Юрка задохнулся от вновь вспыхнувшей боли и, с трудом сохранив самообладание, приобнял его. В невнятном горячем шёпоте в шею разобрал только тихое «Юрка, Юрочка…».
Если бы это продлилось ещё хотя бы минуту, Юрка бы также сорвался — от беспомощности и печали хотелось то ли плакать, то ли кричать. Но Володя быстро взял себя в руки и сказал:
— Правильно, ни к чему это сейчас. Подождёт, всё потом.
Он опять взял в руки тетрадку и продолжил дописывать. Юрка, подсвечивая ему фонарём, шмыгал носом.
«Остаться такими же, какими были в 86 году. Володе — с отличием окончить институт и съездить в Америку. Юре — поступить в консерваторию и стать пианистом».
— Готово. Что ещё будем класть в капсулу времени? — спросил, закончив.
Юрка вытащил из кармана джинсов сырой лист бумаги — ноты, которые переписывал для себя, чтобы учить.
— Вот, «Колыбельная» — это самое ценное, что было у меня в эту смену. — Он положил ноты в капсулу.
Володя, свернув в трубочку, опустил туда свою тетрадь — там был правленый сценарий со всеми пометками, личные записи за смену и пожелания себе-будущим.
— Ещё кое-что, — сказал Юрка, роясь в кармане. — Вот.
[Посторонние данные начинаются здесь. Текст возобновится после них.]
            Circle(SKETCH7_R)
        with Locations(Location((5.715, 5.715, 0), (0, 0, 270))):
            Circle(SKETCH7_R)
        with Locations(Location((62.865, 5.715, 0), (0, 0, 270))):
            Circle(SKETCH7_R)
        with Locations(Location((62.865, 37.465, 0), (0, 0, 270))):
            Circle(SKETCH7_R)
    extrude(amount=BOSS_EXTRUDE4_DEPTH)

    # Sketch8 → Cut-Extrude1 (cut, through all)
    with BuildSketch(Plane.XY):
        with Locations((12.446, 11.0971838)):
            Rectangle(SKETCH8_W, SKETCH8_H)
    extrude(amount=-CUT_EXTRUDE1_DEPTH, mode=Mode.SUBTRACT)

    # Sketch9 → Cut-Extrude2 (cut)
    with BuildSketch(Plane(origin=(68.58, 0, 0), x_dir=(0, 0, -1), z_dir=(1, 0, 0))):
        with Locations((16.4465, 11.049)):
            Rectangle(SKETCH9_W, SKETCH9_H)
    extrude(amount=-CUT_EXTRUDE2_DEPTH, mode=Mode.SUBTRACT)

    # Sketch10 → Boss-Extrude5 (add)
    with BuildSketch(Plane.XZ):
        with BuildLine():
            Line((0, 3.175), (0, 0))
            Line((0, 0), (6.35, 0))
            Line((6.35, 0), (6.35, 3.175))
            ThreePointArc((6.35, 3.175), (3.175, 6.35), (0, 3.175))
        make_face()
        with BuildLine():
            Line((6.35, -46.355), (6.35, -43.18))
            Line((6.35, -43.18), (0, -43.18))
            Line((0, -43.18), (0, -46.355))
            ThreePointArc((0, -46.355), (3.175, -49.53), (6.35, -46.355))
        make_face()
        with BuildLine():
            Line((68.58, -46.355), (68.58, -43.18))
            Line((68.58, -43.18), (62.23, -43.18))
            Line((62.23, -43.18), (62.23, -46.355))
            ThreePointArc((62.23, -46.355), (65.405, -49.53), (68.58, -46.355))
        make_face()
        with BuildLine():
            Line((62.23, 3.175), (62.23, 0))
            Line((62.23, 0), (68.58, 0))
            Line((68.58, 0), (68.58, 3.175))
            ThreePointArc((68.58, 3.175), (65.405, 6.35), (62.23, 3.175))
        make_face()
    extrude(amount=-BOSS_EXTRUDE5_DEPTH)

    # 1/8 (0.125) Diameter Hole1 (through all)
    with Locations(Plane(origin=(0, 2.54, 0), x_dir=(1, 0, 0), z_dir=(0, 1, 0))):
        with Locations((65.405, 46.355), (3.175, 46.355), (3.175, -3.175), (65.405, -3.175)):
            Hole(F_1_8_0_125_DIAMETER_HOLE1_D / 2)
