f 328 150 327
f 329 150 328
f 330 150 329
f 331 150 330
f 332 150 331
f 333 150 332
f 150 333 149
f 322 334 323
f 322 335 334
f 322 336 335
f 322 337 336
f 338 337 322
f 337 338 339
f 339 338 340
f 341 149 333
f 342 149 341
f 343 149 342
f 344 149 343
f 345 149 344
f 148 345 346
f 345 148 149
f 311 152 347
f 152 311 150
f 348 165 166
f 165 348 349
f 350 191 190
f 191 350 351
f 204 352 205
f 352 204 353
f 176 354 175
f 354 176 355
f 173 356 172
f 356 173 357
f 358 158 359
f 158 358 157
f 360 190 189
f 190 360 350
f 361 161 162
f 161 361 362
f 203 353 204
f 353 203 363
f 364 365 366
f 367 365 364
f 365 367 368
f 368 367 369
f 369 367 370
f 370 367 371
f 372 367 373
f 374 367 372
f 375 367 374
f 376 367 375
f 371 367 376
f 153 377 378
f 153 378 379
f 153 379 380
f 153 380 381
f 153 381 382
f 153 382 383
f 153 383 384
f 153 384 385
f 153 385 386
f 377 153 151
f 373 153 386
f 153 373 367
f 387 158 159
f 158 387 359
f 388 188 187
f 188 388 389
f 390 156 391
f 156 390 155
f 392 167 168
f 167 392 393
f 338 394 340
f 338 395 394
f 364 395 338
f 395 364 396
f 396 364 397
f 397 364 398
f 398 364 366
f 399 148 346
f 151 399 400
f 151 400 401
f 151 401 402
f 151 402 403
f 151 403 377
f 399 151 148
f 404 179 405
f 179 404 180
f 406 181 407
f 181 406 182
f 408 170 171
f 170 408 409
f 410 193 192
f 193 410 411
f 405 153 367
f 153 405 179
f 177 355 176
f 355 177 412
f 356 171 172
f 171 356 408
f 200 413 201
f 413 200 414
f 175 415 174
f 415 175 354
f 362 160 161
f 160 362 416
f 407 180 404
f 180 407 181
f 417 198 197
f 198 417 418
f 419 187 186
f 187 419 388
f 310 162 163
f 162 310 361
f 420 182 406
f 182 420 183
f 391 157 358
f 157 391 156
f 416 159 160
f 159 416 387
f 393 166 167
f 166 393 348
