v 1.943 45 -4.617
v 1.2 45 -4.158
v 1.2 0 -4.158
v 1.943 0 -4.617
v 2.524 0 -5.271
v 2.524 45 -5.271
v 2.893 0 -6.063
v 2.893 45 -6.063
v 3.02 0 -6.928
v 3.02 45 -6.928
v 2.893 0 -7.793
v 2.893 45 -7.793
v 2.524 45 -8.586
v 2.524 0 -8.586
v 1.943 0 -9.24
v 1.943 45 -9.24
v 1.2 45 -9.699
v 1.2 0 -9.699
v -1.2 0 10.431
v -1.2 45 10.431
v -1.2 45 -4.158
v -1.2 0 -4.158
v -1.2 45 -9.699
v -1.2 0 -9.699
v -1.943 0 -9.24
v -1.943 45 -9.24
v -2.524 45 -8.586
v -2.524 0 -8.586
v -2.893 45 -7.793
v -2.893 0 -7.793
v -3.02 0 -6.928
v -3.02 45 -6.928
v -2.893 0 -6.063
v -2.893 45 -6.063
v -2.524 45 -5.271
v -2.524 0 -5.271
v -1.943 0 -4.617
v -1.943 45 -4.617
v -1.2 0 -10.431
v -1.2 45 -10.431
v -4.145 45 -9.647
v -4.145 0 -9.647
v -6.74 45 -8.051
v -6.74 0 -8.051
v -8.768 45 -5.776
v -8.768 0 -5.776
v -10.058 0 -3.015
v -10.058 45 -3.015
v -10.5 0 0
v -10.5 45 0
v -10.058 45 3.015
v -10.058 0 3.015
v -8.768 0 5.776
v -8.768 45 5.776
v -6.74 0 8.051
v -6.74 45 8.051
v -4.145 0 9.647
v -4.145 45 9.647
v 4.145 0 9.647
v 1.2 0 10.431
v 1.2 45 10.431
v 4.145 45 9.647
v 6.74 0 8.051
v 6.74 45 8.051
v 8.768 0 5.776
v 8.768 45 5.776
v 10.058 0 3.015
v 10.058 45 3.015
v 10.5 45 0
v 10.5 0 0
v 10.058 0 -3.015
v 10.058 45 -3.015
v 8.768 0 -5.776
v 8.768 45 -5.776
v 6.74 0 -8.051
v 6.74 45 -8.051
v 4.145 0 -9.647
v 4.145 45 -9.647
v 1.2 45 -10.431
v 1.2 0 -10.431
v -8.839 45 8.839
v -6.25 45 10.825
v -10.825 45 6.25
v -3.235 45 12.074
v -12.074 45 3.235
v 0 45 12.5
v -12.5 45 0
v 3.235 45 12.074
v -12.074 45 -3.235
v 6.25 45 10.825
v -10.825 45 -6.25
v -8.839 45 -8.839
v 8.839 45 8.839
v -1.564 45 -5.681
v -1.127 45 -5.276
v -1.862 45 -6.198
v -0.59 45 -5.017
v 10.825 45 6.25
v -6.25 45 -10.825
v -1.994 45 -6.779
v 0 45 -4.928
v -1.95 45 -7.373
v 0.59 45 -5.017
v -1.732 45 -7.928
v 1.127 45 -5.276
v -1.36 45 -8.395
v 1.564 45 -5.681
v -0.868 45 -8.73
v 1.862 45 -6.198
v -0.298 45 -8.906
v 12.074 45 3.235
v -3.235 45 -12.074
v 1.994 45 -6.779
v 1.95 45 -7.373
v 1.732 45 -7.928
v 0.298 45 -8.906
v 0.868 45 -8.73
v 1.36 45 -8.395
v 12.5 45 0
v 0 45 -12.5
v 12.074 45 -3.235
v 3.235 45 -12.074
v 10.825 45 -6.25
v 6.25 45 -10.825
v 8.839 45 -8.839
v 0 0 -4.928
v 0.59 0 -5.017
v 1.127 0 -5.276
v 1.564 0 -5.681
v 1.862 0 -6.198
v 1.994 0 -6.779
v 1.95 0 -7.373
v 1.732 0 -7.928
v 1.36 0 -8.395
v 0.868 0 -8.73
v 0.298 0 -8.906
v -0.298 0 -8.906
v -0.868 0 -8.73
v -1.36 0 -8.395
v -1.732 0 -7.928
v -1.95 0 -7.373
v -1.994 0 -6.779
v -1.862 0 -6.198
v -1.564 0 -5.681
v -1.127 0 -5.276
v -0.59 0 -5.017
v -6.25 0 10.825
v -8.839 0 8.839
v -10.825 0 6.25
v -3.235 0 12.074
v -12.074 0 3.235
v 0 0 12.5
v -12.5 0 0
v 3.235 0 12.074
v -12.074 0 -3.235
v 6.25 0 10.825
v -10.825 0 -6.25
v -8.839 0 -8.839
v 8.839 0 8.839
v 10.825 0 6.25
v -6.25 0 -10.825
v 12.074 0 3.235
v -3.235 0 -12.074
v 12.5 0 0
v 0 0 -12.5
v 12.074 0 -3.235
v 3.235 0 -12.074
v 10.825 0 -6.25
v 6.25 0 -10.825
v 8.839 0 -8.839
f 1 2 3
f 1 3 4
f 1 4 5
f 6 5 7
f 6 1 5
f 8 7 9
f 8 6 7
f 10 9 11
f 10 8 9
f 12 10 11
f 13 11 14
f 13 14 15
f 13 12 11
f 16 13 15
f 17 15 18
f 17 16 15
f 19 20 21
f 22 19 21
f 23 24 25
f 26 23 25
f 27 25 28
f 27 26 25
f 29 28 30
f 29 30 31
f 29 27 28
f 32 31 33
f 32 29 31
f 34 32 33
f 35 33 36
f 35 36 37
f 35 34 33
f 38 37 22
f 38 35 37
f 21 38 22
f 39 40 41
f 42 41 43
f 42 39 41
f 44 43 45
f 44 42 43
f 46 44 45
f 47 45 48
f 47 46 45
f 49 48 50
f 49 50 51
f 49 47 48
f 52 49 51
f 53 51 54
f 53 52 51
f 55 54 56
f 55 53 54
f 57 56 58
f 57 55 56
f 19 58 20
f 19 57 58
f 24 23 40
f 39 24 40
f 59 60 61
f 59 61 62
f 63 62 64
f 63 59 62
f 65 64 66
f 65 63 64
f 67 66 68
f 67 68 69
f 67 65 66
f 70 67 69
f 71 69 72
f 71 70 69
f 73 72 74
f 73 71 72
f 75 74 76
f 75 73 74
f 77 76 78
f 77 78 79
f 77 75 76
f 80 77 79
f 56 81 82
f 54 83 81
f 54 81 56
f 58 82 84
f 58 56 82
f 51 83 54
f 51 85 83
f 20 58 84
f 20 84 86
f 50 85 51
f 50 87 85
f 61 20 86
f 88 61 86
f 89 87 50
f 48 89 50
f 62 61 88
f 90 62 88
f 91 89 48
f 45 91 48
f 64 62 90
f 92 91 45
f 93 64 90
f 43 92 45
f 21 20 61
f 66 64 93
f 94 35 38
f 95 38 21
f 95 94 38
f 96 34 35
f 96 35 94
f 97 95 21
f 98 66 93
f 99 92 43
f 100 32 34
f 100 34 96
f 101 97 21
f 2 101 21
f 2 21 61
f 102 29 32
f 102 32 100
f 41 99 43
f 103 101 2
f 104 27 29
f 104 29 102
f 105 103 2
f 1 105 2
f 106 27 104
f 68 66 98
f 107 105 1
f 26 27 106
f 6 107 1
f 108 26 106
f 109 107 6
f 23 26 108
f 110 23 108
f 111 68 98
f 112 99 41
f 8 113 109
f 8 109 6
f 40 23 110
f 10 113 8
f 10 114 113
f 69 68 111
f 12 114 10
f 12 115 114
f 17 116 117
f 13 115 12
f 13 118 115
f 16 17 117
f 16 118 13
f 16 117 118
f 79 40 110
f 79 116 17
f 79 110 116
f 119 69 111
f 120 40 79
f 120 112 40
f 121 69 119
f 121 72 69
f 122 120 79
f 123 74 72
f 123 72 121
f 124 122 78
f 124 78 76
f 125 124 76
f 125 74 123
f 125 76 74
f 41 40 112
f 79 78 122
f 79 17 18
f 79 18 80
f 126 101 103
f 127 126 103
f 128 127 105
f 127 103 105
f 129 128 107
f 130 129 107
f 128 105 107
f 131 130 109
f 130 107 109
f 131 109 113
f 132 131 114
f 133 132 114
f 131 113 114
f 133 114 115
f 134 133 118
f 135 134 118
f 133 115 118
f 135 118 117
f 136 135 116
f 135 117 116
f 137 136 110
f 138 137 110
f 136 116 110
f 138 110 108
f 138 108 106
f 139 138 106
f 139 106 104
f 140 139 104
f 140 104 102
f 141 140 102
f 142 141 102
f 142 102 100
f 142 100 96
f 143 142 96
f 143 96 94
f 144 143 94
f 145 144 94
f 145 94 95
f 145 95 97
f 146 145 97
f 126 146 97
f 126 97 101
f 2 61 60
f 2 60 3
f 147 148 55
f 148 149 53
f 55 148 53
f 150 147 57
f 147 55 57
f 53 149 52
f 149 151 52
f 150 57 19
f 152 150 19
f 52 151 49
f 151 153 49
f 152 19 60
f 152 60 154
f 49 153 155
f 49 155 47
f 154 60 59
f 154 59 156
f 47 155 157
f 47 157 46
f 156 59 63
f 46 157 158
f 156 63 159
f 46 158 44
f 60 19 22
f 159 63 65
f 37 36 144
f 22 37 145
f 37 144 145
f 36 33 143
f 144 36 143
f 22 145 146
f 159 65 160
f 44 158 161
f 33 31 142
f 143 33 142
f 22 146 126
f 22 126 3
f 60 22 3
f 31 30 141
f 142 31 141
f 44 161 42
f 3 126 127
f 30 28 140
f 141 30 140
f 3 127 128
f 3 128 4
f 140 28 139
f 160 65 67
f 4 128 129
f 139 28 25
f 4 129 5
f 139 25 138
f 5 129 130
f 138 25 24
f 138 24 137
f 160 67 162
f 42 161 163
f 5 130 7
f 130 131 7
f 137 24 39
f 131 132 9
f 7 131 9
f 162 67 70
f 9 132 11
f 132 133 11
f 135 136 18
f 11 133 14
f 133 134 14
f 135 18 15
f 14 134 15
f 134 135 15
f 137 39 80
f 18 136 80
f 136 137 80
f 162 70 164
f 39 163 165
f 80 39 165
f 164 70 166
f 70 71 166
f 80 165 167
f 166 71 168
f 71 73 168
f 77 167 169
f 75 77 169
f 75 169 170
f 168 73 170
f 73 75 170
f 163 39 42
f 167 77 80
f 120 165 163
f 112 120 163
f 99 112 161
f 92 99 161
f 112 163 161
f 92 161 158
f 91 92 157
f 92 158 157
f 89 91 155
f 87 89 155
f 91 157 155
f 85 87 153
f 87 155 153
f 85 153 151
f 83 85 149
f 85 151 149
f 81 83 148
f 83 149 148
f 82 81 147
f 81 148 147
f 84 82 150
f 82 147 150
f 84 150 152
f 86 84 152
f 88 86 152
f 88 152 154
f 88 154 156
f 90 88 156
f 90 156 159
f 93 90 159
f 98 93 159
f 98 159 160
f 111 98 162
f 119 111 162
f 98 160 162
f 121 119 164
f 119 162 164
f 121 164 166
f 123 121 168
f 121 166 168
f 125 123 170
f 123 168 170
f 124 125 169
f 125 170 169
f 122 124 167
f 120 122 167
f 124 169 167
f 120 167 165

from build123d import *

# Parameters (mm, degrees)
SKETCH1_R           = 12.5
SKETCH1_R_2         = 10.5
BOSS_EXTRUDE1_DEPTH = 45
SKETCH3_W           = 2.4
SKETCH3_H           = 23.000586798
BOSS_EXTRUDE3_DEPTH = 45
SKETCH4_R           = 3.019619096
BOSS_EXTRUDE4_DEPTH = 45
SKETCH5_R           = 2
CUT_EXTRUDE1_DEPTH  = 49.347699015


with BuildPart() as part:
    # Sketch1 → Boss-Extrude1 (new body)
    with BuildSketch(Plane(origin=(0, 0, 0), x_dir=(1, 0, 0), z_dir=(0, 1, 0))):
        with Locations(Location((0, 0, 0), (0, 0, 90))):
            Circle(SKETCH1_R)
        with Locations(Location((0, 0, 0), (0, 0, 90))):
            Circle(SKETCH1_R_2, mode=Mode.SUBTRACT)
    extrude(amount=BOSS_EXTRUDE1_DEPTH)

    # Sketch3 → Boss-Extrude3 (add, through all)
    with BuildSketch(Plane(origin=(0, 45, 0), x_dir=(1, 0, 0), z_dir=(0, 1, 0))):
        with Locations((0, 0.0942647)):
            Rectangle(SKETCH3_W, SKETCH3_H)
    extrude(amount=-BOSS_EXTRUDE3_DEPTH)

    # Sketch4 → Boss-Extrude4 (add, through all)
    with BuildSketch(Plane(origin=(0, 45, 0), x_dir=(1, 0, 0), z_dir=(0, 1, 0))):
        with Locations((0, 6.928455449)):
            Circle(SKETCH4_R)
    extrude(amount=-BOSS_EXTRUDE4_DEPTH)

    # Sketch5 → Cut-Extrude1 (cut, through all)
    with BuildSketch(Plane(origin=(0, 45, 0), x_dir=(1, 0, 0), z_dir=(0, 1, 0))):
        with Locations(Location((0, 6.928455449, 0), (0, 0, 270))):
            Circle(SKETCH5_R)
    extrude(amount=-CUT_EXTRUDE1_DEPTH, mode=Mode.SUBTRACT)


solid = part.part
Думаю, это тоже должно лежать там.
Он достал слегка помятую, местами раскрошившуюся белую лилию, которую подарил ему Володя. Тот кивнул, аккуратно уложил цветок сверху на тетрадку.
— Всё? — тихо спросил Володя.
Юрка задумался — действительно ли это всё? Быть может, есть ещё что-то, что следует оставить здесь на хранение?
Он отрицательно замотал головой.
— Нет, вот ещё.
Юрка вцепился в перетянувший его шею пионерский галстук и стал порывисто развязывать. Но руки дрожали, и вместо того, чтобы ослабить узел, Юрка, наоборот, его затянул.
Володя молча приблизился и потянулся помочь. Юрка грустно произнёс:
— Вот ирония: когда меня принимали в пионеры, галстук мне повязывал комсомолец. Теперь комсомолец его снимает.
Прохладный ветер коснулся голой шеи, заставив поёжиться. Володя неверно прочёл Юркин жест:
— Ты точно хочешь положить его в капсулу?